Stored data:
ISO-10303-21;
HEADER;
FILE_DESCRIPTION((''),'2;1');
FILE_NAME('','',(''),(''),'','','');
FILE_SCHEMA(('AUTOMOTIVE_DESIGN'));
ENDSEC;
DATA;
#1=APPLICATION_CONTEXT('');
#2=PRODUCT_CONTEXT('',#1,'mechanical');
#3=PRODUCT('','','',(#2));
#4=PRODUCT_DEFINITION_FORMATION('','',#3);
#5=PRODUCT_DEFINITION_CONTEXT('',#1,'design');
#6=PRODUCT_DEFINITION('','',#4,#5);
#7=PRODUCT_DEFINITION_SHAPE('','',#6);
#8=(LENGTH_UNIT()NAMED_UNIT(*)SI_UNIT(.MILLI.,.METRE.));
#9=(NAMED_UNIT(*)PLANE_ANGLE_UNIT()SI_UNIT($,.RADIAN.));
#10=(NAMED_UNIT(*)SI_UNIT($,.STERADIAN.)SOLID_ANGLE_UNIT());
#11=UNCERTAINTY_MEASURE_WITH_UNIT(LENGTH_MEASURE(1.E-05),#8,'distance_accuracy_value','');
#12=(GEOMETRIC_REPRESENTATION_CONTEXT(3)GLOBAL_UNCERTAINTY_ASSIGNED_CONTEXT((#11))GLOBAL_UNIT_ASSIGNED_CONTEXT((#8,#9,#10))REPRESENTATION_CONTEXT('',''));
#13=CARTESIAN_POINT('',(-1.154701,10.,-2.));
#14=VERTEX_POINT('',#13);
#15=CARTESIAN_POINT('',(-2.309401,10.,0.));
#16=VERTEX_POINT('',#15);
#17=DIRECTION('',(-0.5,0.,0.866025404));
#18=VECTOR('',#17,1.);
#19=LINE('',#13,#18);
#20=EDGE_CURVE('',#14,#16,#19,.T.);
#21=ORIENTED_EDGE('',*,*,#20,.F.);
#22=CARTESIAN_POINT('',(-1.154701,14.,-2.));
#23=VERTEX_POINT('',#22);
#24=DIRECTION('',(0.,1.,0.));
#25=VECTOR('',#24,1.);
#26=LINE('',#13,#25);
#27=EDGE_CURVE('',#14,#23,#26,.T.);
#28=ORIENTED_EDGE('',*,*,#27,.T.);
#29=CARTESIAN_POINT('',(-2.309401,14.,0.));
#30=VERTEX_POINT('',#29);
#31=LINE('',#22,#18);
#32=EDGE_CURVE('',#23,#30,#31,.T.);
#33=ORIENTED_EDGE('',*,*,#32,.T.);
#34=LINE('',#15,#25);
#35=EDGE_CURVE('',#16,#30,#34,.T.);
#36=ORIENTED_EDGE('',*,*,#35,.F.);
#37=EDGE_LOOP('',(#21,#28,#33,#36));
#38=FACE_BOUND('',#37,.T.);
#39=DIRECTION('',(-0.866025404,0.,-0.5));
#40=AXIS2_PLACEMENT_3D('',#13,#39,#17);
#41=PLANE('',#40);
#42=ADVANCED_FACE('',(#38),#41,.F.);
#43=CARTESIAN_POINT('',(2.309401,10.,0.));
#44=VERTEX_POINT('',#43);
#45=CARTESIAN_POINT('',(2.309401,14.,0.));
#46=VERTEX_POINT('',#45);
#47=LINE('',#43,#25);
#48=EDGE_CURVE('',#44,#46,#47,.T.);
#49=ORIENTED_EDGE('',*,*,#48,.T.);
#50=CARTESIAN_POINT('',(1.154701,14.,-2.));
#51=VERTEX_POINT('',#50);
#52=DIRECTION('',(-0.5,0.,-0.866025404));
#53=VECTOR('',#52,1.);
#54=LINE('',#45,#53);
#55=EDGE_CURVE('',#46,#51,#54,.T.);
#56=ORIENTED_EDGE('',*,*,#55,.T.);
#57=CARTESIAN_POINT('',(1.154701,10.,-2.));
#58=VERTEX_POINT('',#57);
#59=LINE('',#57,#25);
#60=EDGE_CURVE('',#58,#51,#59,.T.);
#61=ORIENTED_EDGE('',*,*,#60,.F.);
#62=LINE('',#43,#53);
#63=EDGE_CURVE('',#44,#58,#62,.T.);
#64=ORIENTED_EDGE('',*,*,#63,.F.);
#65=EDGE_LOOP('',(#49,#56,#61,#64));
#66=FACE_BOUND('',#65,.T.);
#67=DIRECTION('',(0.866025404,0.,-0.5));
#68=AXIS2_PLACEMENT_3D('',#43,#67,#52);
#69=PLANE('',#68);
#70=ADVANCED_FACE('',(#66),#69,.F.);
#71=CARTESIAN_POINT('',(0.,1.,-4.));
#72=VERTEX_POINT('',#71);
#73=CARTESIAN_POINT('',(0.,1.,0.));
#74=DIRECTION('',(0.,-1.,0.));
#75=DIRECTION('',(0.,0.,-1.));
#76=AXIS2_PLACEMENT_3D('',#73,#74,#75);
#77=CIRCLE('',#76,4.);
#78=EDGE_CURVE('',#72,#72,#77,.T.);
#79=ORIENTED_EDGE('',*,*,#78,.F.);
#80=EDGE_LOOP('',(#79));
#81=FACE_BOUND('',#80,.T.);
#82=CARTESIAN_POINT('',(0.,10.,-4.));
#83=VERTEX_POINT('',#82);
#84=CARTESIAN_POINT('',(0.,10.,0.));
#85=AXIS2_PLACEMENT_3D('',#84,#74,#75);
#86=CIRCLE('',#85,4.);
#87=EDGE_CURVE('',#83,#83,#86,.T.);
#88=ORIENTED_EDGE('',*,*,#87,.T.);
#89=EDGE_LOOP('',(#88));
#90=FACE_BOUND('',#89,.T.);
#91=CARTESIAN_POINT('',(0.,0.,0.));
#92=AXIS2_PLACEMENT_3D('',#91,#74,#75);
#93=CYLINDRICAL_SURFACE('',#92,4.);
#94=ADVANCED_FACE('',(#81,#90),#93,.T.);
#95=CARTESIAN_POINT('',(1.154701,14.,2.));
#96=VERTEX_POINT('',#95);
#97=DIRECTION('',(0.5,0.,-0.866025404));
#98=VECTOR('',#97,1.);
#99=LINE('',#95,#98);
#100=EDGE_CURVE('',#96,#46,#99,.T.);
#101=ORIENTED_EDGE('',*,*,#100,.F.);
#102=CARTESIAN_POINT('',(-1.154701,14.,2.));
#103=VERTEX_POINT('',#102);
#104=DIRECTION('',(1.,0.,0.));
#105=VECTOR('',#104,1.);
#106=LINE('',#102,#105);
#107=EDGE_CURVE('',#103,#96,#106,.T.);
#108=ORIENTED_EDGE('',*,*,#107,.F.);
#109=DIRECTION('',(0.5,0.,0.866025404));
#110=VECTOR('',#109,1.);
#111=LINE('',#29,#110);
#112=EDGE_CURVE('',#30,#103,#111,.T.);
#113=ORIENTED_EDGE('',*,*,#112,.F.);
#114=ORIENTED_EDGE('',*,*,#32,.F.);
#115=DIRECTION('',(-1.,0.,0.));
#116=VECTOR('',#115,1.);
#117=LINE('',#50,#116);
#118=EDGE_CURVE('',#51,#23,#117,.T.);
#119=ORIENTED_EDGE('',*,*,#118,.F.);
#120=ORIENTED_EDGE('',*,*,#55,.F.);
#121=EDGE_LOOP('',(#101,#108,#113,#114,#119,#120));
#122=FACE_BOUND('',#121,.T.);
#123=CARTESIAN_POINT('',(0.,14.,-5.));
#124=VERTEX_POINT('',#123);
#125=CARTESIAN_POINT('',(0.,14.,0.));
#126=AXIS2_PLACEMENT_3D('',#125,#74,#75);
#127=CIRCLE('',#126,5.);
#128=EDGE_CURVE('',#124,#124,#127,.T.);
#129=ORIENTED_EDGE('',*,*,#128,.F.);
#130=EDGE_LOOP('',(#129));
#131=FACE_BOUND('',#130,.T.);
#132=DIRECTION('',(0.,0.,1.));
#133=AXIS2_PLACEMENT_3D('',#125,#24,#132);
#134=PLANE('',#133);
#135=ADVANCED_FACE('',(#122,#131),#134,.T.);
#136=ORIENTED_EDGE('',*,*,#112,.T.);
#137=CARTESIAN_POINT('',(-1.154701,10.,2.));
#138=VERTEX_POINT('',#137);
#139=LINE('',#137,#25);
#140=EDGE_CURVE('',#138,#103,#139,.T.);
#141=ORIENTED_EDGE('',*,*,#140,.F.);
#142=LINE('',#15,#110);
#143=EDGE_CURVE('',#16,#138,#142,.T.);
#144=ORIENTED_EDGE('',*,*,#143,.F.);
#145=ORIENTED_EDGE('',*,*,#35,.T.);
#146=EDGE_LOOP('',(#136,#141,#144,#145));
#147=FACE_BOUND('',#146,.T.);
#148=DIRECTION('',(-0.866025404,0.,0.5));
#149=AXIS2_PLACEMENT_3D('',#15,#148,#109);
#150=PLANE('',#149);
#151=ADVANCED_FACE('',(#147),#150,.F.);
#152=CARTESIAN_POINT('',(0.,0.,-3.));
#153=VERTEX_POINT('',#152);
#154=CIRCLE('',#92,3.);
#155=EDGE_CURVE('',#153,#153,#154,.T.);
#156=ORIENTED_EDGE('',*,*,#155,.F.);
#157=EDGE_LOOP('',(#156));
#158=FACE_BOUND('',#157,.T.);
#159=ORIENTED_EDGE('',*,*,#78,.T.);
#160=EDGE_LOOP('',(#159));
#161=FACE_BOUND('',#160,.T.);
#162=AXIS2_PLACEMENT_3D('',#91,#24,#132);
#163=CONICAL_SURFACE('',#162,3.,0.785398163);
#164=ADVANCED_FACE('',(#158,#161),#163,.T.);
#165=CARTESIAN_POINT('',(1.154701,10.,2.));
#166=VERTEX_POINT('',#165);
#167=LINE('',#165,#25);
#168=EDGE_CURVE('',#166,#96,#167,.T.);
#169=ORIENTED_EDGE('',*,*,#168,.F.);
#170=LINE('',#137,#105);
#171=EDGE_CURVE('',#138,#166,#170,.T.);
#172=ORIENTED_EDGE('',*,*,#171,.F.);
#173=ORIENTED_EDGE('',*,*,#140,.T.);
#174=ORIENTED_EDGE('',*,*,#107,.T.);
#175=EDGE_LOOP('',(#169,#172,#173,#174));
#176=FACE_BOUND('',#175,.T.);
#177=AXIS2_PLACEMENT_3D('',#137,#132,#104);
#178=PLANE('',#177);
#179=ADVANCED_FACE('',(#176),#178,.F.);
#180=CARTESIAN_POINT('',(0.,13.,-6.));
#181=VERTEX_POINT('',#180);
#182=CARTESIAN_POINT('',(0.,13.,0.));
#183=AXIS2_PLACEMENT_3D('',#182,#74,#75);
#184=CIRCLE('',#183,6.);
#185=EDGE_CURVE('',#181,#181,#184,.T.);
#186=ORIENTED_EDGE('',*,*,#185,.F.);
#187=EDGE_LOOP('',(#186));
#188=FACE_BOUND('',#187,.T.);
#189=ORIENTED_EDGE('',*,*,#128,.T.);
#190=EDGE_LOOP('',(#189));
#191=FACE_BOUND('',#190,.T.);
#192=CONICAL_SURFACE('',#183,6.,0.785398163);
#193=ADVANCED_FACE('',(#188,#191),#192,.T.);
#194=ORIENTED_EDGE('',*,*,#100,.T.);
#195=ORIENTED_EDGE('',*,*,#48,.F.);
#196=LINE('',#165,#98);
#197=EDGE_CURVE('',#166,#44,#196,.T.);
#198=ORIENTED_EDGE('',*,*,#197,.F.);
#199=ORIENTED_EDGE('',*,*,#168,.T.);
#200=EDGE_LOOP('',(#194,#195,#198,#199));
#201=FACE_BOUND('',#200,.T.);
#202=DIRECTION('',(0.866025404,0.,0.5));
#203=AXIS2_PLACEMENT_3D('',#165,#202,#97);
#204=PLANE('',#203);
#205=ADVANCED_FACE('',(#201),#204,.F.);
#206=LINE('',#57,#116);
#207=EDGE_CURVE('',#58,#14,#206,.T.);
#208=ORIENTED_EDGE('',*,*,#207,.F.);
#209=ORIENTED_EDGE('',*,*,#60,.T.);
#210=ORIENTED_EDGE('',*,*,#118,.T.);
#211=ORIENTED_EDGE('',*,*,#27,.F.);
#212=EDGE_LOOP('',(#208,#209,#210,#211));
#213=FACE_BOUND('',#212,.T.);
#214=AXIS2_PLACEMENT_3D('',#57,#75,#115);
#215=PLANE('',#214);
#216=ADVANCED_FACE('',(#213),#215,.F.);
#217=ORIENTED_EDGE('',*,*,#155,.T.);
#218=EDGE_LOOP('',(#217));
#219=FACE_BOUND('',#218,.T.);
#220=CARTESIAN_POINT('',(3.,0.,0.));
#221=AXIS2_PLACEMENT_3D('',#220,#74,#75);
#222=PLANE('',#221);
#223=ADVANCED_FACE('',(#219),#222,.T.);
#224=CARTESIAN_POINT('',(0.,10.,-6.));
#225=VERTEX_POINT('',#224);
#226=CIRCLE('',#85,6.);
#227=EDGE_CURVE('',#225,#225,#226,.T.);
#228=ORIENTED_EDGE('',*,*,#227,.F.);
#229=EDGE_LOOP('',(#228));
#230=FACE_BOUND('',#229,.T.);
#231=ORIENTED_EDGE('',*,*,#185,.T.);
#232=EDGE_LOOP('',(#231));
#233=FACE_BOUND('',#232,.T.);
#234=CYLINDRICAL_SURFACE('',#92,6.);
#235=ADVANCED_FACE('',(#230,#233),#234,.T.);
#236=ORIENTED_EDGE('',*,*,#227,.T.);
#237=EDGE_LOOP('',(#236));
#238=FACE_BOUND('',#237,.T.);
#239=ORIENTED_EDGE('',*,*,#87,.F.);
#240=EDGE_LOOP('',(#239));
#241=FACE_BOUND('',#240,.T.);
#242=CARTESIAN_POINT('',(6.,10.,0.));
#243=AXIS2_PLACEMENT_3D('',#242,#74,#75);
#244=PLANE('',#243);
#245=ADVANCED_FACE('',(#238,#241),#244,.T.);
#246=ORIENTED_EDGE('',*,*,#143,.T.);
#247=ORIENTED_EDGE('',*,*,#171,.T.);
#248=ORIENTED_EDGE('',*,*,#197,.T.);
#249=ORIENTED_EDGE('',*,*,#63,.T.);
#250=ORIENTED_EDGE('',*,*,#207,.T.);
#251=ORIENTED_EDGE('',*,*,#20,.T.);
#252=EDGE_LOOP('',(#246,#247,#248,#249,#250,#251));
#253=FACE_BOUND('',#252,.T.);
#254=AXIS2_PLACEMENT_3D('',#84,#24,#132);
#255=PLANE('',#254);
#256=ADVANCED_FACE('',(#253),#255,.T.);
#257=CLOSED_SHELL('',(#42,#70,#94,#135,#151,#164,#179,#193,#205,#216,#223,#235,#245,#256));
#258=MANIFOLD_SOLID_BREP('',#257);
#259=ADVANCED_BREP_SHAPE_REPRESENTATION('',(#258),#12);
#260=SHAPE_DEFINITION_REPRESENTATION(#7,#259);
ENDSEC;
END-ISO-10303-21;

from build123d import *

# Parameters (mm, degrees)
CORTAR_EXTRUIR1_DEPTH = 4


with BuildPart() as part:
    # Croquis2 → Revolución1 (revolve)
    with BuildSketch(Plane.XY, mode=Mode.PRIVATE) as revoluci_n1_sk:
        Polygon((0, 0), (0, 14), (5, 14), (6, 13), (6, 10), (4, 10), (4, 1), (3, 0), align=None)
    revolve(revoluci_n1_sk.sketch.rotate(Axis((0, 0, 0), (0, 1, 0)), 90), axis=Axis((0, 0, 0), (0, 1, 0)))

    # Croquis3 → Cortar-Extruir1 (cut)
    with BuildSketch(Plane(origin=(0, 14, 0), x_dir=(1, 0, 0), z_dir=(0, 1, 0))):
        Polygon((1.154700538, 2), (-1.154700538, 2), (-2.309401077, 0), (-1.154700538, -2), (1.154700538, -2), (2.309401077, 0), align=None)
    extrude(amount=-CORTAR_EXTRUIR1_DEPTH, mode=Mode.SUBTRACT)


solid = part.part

==

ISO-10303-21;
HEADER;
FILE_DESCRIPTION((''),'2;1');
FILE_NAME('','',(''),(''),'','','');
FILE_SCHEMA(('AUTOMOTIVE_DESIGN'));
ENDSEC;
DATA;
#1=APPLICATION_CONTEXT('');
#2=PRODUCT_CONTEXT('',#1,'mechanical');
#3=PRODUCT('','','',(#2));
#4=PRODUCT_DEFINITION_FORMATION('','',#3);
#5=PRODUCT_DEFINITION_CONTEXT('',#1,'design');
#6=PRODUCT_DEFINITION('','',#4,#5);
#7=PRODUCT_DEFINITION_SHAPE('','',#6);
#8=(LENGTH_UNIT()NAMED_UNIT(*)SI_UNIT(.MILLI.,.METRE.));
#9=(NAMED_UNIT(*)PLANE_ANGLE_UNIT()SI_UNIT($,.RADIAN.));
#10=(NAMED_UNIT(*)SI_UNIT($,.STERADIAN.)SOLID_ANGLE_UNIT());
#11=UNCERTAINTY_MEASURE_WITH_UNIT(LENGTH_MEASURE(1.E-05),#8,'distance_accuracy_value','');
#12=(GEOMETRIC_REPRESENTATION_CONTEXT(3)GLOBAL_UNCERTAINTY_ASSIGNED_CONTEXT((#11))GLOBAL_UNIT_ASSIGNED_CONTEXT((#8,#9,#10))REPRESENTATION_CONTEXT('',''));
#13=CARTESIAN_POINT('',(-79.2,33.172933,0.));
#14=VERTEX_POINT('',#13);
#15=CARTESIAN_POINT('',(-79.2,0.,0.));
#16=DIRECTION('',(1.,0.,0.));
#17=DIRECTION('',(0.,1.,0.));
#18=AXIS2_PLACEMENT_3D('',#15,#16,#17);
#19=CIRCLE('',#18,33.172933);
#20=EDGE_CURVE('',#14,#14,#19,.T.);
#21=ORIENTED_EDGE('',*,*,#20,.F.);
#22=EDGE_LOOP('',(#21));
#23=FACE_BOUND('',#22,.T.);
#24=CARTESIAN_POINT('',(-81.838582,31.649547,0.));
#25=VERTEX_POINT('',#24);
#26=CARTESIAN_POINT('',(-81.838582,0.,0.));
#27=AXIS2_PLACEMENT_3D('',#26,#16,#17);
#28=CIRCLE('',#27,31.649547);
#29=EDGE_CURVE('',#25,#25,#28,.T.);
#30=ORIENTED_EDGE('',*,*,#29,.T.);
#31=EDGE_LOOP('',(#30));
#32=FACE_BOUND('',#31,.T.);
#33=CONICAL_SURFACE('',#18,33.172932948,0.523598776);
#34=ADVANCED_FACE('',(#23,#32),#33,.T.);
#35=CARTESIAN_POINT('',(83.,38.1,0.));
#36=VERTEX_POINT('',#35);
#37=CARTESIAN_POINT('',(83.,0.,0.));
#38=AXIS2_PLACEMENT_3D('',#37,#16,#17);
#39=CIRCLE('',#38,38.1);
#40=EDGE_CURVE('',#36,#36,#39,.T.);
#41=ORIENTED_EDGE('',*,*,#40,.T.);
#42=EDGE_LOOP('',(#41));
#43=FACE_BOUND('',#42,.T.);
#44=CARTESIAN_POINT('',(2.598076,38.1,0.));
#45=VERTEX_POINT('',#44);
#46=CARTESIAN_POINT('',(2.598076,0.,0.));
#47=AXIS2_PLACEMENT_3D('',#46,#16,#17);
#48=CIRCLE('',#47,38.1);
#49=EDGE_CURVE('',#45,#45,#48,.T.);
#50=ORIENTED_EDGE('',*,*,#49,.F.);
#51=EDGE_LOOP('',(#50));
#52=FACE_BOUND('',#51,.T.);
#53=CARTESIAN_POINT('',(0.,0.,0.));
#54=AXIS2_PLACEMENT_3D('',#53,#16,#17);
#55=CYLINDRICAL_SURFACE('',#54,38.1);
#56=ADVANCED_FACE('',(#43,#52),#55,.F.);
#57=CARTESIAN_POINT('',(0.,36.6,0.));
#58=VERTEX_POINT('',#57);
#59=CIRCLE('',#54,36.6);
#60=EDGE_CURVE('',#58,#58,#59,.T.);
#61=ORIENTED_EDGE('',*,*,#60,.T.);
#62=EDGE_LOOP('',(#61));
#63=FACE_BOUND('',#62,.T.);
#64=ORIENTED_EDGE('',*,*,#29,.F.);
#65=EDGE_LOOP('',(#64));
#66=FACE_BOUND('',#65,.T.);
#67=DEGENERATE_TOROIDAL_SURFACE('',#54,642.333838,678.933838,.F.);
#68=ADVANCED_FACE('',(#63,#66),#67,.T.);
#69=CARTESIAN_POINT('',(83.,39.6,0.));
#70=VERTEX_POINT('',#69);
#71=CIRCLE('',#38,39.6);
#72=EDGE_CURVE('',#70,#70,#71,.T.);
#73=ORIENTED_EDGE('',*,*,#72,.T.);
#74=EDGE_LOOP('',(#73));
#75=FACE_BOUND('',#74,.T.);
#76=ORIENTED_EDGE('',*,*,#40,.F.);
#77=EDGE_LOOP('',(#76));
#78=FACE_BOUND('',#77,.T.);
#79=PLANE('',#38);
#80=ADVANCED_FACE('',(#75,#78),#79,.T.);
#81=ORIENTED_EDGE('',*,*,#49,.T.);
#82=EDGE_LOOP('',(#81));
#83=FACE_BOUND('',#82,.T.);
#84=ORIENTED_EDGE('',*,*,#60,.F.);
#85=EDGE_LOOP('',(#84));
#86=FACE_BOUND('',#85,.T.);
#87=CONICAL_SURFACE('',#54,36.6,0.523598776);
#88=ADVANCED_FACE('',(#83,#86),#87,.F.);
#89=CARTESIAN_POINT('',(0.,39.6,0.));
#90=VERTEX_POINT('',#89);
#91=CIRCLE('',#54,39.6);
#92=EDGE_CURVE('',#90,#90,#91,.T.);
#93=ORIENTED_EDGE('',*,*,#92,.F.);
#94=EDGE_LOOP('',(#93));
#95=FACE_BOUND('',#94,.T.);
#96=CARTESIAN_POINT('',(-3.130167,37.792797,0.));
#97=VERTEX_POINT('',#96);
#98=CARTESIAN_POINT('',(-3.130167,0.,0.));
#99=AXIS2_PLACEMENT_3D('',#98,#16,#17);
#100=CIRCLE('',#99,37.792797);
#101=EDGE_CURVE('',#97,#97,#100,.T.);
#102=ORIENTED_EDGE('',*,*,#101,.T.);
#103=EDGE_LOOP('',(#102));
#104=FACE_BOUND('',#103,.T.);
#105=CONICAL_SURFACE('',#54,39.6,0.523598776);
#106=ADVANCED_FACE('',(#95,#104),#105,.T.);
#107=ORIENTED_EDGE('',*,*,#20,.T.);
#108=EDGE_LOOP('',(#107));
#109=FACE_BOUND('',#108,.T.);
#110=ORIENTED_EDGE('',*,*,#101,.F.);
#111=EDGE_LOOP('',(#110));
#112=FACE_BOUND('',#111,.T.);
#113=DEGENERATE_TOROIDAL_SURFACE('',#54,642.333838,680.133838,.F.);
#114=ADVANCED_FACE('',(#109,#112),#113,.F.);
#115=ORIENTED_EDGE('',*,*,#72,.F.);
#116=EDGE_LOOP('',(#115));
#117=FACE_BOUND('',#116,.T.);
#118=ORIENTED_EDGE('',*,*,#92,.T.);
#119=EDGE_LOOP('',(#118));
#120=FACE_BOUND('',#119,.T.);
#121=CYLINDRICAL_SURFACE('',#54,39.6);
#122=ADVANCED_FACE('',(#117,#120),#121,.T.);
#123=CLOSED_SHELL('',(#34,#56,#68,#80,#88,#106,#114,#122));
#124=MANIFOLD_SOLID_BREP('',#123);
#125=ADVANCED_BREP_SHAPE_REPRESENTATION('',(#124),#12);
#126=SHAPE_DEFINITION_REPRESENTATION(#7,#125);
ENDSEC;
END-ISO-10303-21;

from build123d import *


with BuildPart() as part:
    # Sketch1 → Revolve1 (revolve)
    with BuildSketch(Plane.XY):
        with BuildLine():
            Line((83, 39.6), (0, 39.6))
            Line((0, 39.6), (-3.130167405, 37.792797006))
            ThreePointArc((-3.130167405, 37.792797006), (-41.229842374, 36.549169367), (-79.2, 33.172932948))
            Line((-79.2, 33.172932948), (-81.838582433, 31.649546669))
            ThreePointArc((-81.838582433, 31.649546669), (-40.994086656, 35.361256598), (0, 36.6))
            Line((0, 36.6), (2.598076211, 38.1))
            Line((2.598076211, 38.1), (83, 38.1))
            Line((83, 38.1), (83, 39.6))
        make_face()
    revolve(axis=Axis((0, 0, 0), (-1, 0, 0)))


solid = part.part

§ **About this task**
The lines to extract from the data above begin with the line containing "#122=FACE_BOUND('',#121,.T.);" and end with the line containing "#128=EDGE_CURVE('',#124,#124,#127,.T.);". Extract them exactly, including both.

§ **Result for this exercise**
#122=FACE_BOUND('',#121,.T.);
#123=CARTESIAN_POINT('',(0.,14.,-5.));
#124=VERTEX_POINT('',#123);
#125=CARTESIAN_POINT('',(0.,14.,0.));
#126=AXIS2_PLACEMENT_3D('',#125,#74,#75);
#127=CIRCLE('',#126,5.);
#128=EDGE_CURVE('',#124,#124,#127,.T.);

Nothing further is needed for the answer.